Tuesday, November 24, 2015

Review of Concrete Angel by Patricia Abbott (Polis Books, 2015)

Eve Moran has a pathological need to take things without paying for them, then to hoard her collection.  Her target is usually cheap trinkets, knick-knacks and clothes – things that people will either not miss or won’t care about if they disappear.  From an early age, she relies on her own charisma, lies, and the efforts of others to evade serious punishment.  Nevertheless, she spends time in an institution to cure her of her compulsions and serves a little jail time.  Her daughter, Christine, learns that the way to her mother’s affection is to help her in her schemes, scams and swindles.  However, as she grows older she comes to resent her mother’s manipulative nature and eventually starts to resist when it’s clear that Eve is using her young son in one of her crimes.

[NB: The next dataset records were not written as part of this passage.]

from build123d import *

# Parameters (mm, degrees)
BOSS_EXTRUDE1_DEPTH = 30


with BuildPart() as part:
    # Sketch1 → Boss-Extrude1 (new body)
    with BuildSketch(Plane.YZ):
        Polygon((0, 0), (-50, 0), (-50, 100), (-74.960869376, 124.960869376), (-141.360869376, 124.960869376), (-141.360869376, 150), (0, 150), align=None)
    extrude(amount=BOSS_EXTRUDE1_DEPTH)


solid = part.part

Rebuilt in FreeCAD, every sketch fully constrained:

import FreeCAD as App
import Part
import Sketcher
Q = App.Units.Quantity

doc = App.newDocument("Part")
params = doc.addObject("Spreadsheet::Sheet", "Params")
for row, (alias, value) in enumerate([
    ("sketch1_width", "50 mm"),
    ("sketch1_height", "150 mm"),
    ("sketch1_height2", "100 mm"),
    ("sketch1_width2", "66.4 mm"),
    ("sketch1_length", "35.3 mm"),
    ("pad1_length", "30 mm"),
], start=1):
    params.set(f"A{row}", alias)
    params.set(f"B{row}", "=" + value)
    params.setAlias(f"B{row}", alias)

body = doc.addObject("PartDesign::Body", "Body")

# Sketch on YZ plane
sketch1 = body.newObject("Sketcher::SketchObject", "Sketch")
sketch1.AttachmentSupport = (doc.getObject("YZ_Plane"), [""])
sketch1.MapMode = "FlatFace"
sketch1.addGeometry(Part.LineSegment(App.Vector(-50, 0, 0), App.Vector(0, 0, 0)), False)
sketch1.addGeometry(Part.LineSegment(App.Vector(0, 0, 0), App.Vector(0, 150, 0)), False)
sketch1.addGeometry(Part.LineSegment(App.Vector(0, 150, 0), App.Vector(-141.360869, 150, 0)), False)
sketch1.addGeometry(Part.LineSegment(App.Vector(-141.360869, 150, 0), App.Vector(-141.360869, 124.960869, 0)), False)
sketch1.addGeometry(Part.LineSegment(App.Vector(-141.360869, 124.960869, 0), App.Vector(-74.960869, 124.960869, 0)), False)
sketch1.addGeometry(Part.LineSegment(App.Vector(-74.960869, 124.960869, 0), App.Vector(-50, 100, 0)), False)
sketch1.addGeometry(Part.LineSegment(App.Vector(-50, 100, 0), App.Vector(-50, 0, 0)), False)
sketch1.addConstraint(Sketcher.Constraint("Coincident", 0, 2, 1, 1))
sketch1.addConstraint(Sketcher.Constraint("Coincident", 1, 2, 2, 1))
sketch1.addConstraint(Sketcher.Constraint("Coincident", 2, 2, 3, 1))
sketch1.addConstraint(Sketcher.Constraint("Coincident", 3, 2, 4, 1))
sketch1.addConstraint(Sketcher.Constraint("Coincident", 4, 2, 5, 1))
sketch1.addConstraint(Sketcher.Constraint("Coincident", 5, 2, 6, 1))
sketch1.addConstraint(Sketcher.Constraint("Coincident", 6, 2, 0, 1))
sketch1.addConstraint(Sketcher.Constraint("Horizontal", 0))
sketch1.addConstraint(Sketcher.Constraint("Vertical", 1))
sketch1.addConstraint(Sketcher.Constraint("Horizontal", 2))
sketch1.addConstraint(Sketcher.Constraint("Vertical", 3))
sketch1.addConstraint(Sketcher.Constraint("Horizontal", 4))
sketch1.addConstraint(Sketcher.Constraint("Vertical", 6))
sketch1.addConstraint(Sketcher.Constraint("Coincident", 0, 2, -1, 1))
sketch1.addConstraint(Sketcher.Constraint("DistanceX", 0, 1, 0, 2, Q("50 mm")))
sketch1.addConstraint(Sketcher.Constraint("DistanceY", 1, 1, 1, 2, Q("150 mm")))
sketch1.addConstraint(Sketcher.Constraint("DistanceY", 6, 2, 6, 1, Q("100 mm")))
sketch1.addConstraint(Sketcher.Constraint("Angle", 5, Q("-45 deg")))
sketch1.addConstraint(Sketcher.Constraint("DistanceX", 4, 1, 4, 2, Q("66.4 mm")))
sketch1.addConstraint(Sketcher.Constraint("Distance", 5, Q("35.3 mm")))
sketch1.setExpression("Constraints[14]", "Params.sketch1_width")
sketch1.setExpression("Constraints[15]", "Params.sketch1_height")
sketch1.setExpression("Constraints[16]", "Params.sketch1_height2")
sketch1.setExpression("Constraints[18]", "Params.sketch1_width2")
sketch1.setExpression("Constraints[19]", "Params.sketch1_length")
pad1 = body.newObject("PartDesign::Pad", "Pad")
pad1.Profile = sketch1
pad1.setExpression("Length", "Params.pad1_length")

doc.recompute()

Concrete Angel is marketed as ‘domestic suspense’ and that seems an apt label.  The story follows the life of Eve Moran, a compulsive petty thief and hoarder, from her adolescence in the 1950s to middle age, and her various trials and tribulations in and around Philadelphia.  In particular, it focuses on her strained relationship with her family, her husband and various lovers, and her daughter, Christine.  The latter slowly transforms from willing pawn and accomplice to resentful teenager, the change starting after she takes the rap for a murder her mother committed.  When Eve starts to use her young son in her crimes, Christine decides it’s time to try and end her mother’s behaviour.  The novel then is a relatively unusual for a crime novel given its extended timeline and its detailed character study.  Over the course of the story one really gets to know Eve and her family and their unfolding relationships.  The tale has plenty of drama, with an endless stream of crimes and scams, from shoplifting to murder.  Abbott, however, rather centring the plot on them, makes these a part of the everyday theatre of Eve and Christine’s lives.  The only bit that didn’t ring quite true to me was the ending, which felt a little underplayed.  Overall, an interesting tale told in an engaging voice.



1 comment:

Anonymous-9 said...

I haven't heard of domestic suspense, but it sounds intriguing. An early version of the manuscript crossed my desk a few years back and everybody knew it had lots of potential. Thanks for the review Rob!